The performance of radiomics and DL signatures in this study showed variability across the validation cohorts, which could be attributed to inherent differences in the baseline characteristics among these cohorts. Furthermore, the performance might have been affected by variations in acquisition parameters across CT scanners from different vendors and institutions [34]. To improve the generalization of signatures when applied to new situations, transfer learning has been proposed as a potential solution [35]. Notably, both signatures demonstrated superior generalization ability compared to the CR model. When integrated with the CR model, these signatures significantly enhanced its discriminability. Ultimately, during external validation, the DL signature outperformed other models in terms of performance and sensitivity, suggesting its potential for optimizing the clinical workflow.

Our study has several limitations. Firstly, the data were collected from only two institutions, which resulted in a relatively small number of NSCLC patients with DM (143 patients). To ensure the reproducibility and generalizability of the findings, further validation of the signatures with a larger, multi-institution study is necessary. Secondly, there is a possibility of overfitting during the model development phase. However, it's important to note that our signatures are integrated models comprised of multiple single models. This ensemble strategy helps to partially offset the impact of overfitting of the single models. Moreover, the performance of our models in the external validation set highlights their superior generalization ability.

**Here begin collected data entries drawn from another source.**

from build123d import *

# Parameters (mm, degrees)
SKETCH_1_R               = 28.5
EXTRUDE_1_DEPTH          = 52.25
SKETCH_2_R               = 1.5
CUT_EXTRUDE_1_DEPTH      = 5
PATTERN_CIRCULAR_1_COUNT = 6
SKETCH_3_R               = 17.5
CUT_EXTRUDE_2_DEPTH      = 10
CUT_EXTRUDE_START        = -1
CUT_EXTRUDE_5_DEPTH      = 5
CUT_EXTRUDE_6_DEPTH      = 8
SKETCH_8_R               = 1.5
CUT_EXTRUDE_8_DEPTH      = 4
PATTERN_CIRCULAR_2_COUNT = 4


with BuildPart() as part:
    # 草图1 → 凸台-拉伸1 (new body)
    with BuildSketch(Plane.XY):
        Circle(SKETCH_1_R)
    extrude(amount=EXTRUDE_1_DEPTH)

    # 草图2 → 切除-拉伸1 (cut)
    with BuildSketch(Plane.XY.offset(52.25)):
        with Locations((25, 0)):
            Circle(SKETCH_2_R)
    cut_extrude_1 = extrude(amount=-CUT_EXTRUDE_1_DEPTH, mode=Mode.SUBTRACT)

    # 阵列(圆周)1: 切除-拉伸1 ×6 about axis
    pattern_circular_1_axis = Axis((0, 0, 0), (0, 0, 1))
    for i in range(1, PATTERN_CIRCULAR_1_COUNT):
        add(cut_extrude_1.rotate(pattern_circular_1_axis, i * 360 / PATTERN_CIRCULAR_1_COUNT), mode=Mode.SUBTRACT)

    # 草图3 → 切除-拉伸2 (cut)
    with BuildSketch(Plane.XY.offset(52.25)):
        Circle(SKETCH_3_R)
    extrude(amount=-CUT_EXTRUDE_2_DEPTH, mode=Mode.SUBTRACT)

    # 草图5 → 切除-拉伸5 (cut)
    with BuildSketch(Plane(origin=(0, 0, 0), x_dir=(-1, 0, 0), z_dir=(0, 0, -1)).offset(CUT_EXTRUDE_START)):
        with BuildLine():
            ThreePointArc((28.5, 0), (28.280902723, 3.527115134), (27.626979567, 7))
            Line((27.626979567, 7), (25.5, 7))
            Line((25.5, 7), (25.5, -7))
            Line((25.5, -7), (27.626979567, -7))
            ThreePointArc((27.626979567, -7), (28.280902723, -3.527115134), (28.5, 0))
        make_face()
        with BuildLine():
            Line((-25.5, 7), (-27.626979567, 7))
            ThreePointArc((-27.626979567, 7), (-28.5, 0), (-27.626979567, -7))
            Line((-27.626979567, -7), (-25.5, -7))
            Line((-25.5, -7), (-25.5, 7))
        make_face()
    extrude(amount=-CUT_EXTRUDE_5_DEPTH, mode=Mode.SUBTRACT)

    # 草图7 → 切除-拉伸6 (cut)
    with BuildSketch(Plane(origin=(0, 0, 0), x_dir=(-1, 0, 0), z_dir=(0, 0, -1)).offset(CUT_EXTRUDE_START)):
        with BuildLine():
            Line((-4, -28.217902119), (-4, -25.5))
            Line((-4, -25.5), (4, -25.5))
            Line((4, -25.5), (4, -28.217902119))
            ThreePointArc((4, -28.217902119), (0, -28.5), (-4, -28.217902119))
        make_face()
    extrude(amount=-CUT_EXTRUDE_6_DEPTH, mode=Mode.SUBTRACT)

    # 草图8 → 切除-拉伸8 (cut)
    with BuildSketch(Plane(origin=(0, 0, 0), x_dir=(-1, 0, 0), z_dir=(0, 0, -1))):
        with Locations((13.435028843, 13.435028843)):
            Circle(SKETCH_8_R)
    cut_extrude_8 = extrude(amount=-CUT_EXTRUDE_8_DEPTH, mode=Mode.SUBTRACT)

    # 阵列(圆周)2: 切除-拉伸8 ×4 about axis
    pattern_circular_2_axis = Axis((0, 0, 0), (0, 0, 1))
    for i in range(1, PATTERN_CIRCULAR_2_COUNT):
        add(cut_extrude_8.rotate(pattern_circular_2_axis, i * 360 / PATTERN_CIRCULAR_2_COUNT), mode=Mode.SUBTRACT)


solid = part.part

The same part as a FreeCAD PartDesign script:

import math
import FreeCAD as App
import Part
import Sketcher
from FreeCAD import Vector
Q = App.Units.Quantity

doc = App.newDocument("Part")
body = doc.addObject("PartDesign::Body", "Body")

sketch1 = body.newObject("Sketcher::SketchObject", "Sketch")
sketch1.AttachmentSupport = (doc.getObject("XY_Plane"), [""])
sketch1.MapMode = "FlatFace"
sketch1.addGeometry(Part.Circle(Vector(0, 0, 0), Vector(0, 0, 1), 28), False)
sketch1.addConstraint([
    Sketcher.Constraint("Coincident", 0, 3, -1, 1),
    Sketcher.Constraint("Diameter", 0, Q("57 mm")),
])
pad1 = body.newObject("PartDesign::Pad", "Pad")
pad1.Profile = sketch1
pad1.Length = 52.25

sketch2 = body.newObject("Sketcher::SketchObject", "Sketch001")
sketch2.AttachmentSupport = (doc.getObject("XY_Plane"), [""])
sketch2.MapMode = "FlatFace"
sketch2.AttachmentOffset = App.Placement(Vector(0, 0, 52.25), App.Rotation())
sketch2.addGeometry(Part.Circle(Vector(25, 0, 0), Vector(0, 0, 1), 1.5), False)
sketch2.addConstraint([
    Sketcher.Constraint("PointOnObject", 0, 3, -1),
    Sketcher.Constraint("Diameter", 0, Q("3 mm")),
    Sketcher.Constraint("DistanceX", -1, 1, 0, 3, Q("25 mm")),
])
pocket1 = body.newObject("PartDesign::Pocket", "Pocket")
pocket1.Profile = sketch2
pocket1.Length = 5
doc.recompute()

polarpattern = body.newObject("PartDesign::PolarPattern", "PolarPattern")
polarpattern.Originals = [pocket1]
polarpattern.Axis = (doc.getObject("Z_Axis"), [""])
polarpattern.Angle = 360
polarpattern.Occurrences = 6
body.Tip = polarpattern

sketch3 = body.newObject("Sketcher::SketchObject", "Sketch002")
sketch3.AttachmentSupport = (doc.getObject("XY_Plane"), [""])
sketch3.MapMode = "FlatFace"
sketch3.AttachmentOffset = App.Placement(Vector(0, 0, 52.25), App.Rotation())
sketch3.addGeometry(Part.Circle(Vector(0, 0, 0), Vector(0, 0, 1), 18), False)
sketch3.addConstraint([
    Sketcher.Constraint("Coincident", 0, 3, -1, 1),
    Sketcher.Constraint("Diameter", 0, Q("35 mm")),
])
pocket2 = body.newObject("PartDesign::Pocket", "Pocket001")
pocket2.Profile = sketch3
pocket2.Length = 10

sketch4 = body.newObject("Sketcher::SketchObject", "Sketch003")
sketch4.AttachmentSupport = (doc.getObject("XY_Plane"), [""])
sketch4.MapMode = "FlatFace"
sketch4.AttachmentOffset = App.Placement(Vector(0, 0, 1), App.Rotation())
sketch4.addGeometry([
    Part.ArcOfCircle(Part.Circle(Vector(0, 0, 0), Vector(0, 0, 1), 28.5), math.radians(165.78), math.radians(180)),
    Part.LineSegment(Vector(-27.6, 7, 0), Vector(-25.5, 7, 0)),
    Part.LineSegment(Vector(-25.5, 7, 0), Vector(-25.5, -7, 0)),
    Part.LineSegment(Vector(-25.5, -7, 0), Vector(-27.6, -7, 0)),
    Part.ArcOfCircle(Part.Circle(Vector(0, 0, 0), Vector(0, 0, 1), 28.5), math.radians(-180), math.radians(-165.78)),
    Part.LineSegment(Vector(25.5, 7, 0), Vector(27.6, 7, 0)),
    Part.ArcOfCircle(Part.Circle(Vector(0, 0, 0), Vector(0, 0, 1), 28.5), math.radians(-14), math.radians(14)),
    Part.LineSegment(Vector(27.6, -7, 0), Vector(25.5, -7, 0)),
    Part.LineSegment(Vector(25.5, -7, 0), Vector(25.5, 7, 0)),
], False)
sketch4.addConstraint([
    Sketcher.Constraint("Coincident", 0, 1, 1, 1),
    Sketcher.Constraint("Coincident", 1, 2, 2, 1),
    Sketcher.Constraint("Coincident", 2, 2, 3, 1),
    Sketcher.Constraint("Coincident", 3, 2, 4, 2),
    Sketcher.Constraint("Tangent", 4, 1, 0, 2),
    Sketcher.Constraint("Coincident", 5, 2, 6, 2),
    Sketcher.Constraint("Coincident", 6, 1, 7, 1),
    Sketcher.Constraint("Coincident", 7, 2, 8, 1),
    Sketcher.Constraint("Coincident", 8, 2, 5, 1),
    Sketcher.Constraint("Horizontal", 1),
    Sketcher.Constraint("Vertical", 2),
    Sketcher.Constraint("Horizontal", 3),
    Sketcher.Constraint("Horizontal", 5),
    Sketcher.Constraint("Horizontal", 7),
    Sketcher.Constraint("Vertical", 8),
    Sketcher.Constraint("Coincident", 0, 3, -1, 1),
    Sketcher.Constraint("Coincident", 6, 3, -1, 1),
    Sketcher.Constraint("Equal", 0, 4),
    Sketcher.Constraint("Equal", 4, 6),
    Sketcher.Constraint("Symmetric", 1, 2, 7, 2, -1, 1),
    Sketcher.Constraint("PointOnObject", 4, 1, -1),
    Sketcher.Constraint("Horizontal", 1, 2, 5, 2),
    Sketcher.Constraint("Horizontal", 3, 2, 6, 1),
    Sketcher.Constraint("Radius", 0, Q("28.5 mm")),
    Sketcher.Constraint("DistanceY", 2, 2, 2, 1, Q("14 mm")),
    Sketcher.Constraint("DistanceX", 4, 1, 1, 2, Q("3 mm")),
])
pocket3 = body.newObject("PartDesign::Pocket", "Pocket002")
pocket3.Profile = sketch4
pocket3.Length = 5
pocket3.Reversed = True

sketch5 = body.newObject("Sketcher::SketchObject", "Sketch004")
sketch5.AttachmentSupport = (doc.getObject("XY_Plane"), [""])
sketch5.MapMode = "FlatFace"
sketch5.AttachmentOffset = App.Placement(Vector(0, 0, 1), App.Rotation())
sketch5.addGeometry([
    Part.LineSegment(Vector(4, -25.5, 0), Vector(4, -28.2, 0)),
    Part.ArcOfCircle(Part.Circle(Vector(0, 0, 0), Vector(0, 0, 1), 28.5), math.radians(-98.07), math.radians(-81.93)),
    Part.LineSegment(Vector(-4, -28.2, 0), Vector(-4, -25.5, 0)),
    Part.LineSegment(Vector(-4, -25.5, 0), Vector(4, -25.5, 0)),
], False)
sketch5.addConstraint([
    Sketcher.Constraint("Coincident", 0, 2, 1, 2),
    Sketcher.Constraint("Coincident", 1, 1, 2, 1),
    Sketcher.Constraint("Coincident", 2, 2, 3, 1),
    Sketcher.Constraint("Coincident", 3, 2, 0, 1),
    Sketcher.Constraint("Vertical", 0),
    Sketcher.Constraint("Vertical", 2),
    Sketcher.Constraint("Horizontal", 3),
    Sketcher.Constraint("Coincident", 1, 3, -1, 1),
    Sketcher.Constraint("Horizontal", 0, 2, 1, 1),
    Sketcher.Constraint("Radius", 1, Q("28.5 mm")),
    Sketcher.Constraint("DistanceX", 3, 1, 3, 2, Q("8 mm")),
    Sketcher.Constraint("DistanceY", 2, 2, -1, 1, Q("25.5 mm")),
])
pocket4 = body.newObject("PartDesign::Pocket", "Pocket003")
pocket4.Profile = sketch5
pocket4.Length = 8
pocket4.Reversed = True

sketch6 = body.newObject("Sketcher::SketchObject", "Sketch005")
sketch6.AttachmentSupport = (doc.getObject("XY_Plane"), [""])
sketch6.MapMode = "FlatFace"
sketch6.addGeometry(Part.Circle(Vector(-13.4, 13.4, 0), Vector(0, 0, 1), 1.5), False)
sketch6.addConstraint([
    Sketcher.Constraint("Diameter", 0, Q("3 mm")),
    Sketcher.Constraint("DistanceX", 0, 3, -1, 1, Q("13.435029 mm")),
    Sketcher.Constraint("DistanceY", -1, 1, 0, 3, Q("13.435029 mm")),
])
pocket5 = body.newObject("PartDesign::Pocket", "Pocket004")
pocket5.Profile = sketch6
pocket5.Length = 4
pocket5.Reversed = True
doc.recompute()

polarpattern2 = body.newObject("PartDesign::PolarPattern", "PolarPattern001")
polarpattern2.Originals = [pocket5]
polarpattern2.Axis = (doc.getObject("Z_Axis"), [""])
polarpattern2.Angle = 360
polarpattern2.Occurrences = 4
body.Tip = polarpattern2

doc.recompute()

In addition, it is worth mentioning that a comprehensive explanation of the underlying rationale behind these radiomics and DL signatures was not provided. Further investigation is required to enhance our understanding. For instance, exploring the involvement of specific genes or proteins may contribute to providing genomic biological interpretability for the signatures.

In conclusion, we developed and validated explainable LDCT-based radiomics and DL models for identifying DM in patients with NSCLC. Our models have demonstrated a high level of predictive efficiency, indicating their potential for effectively screening DM in NSCLC patients using routine LDCT scans in real-world clinical practice for lung cancer screening.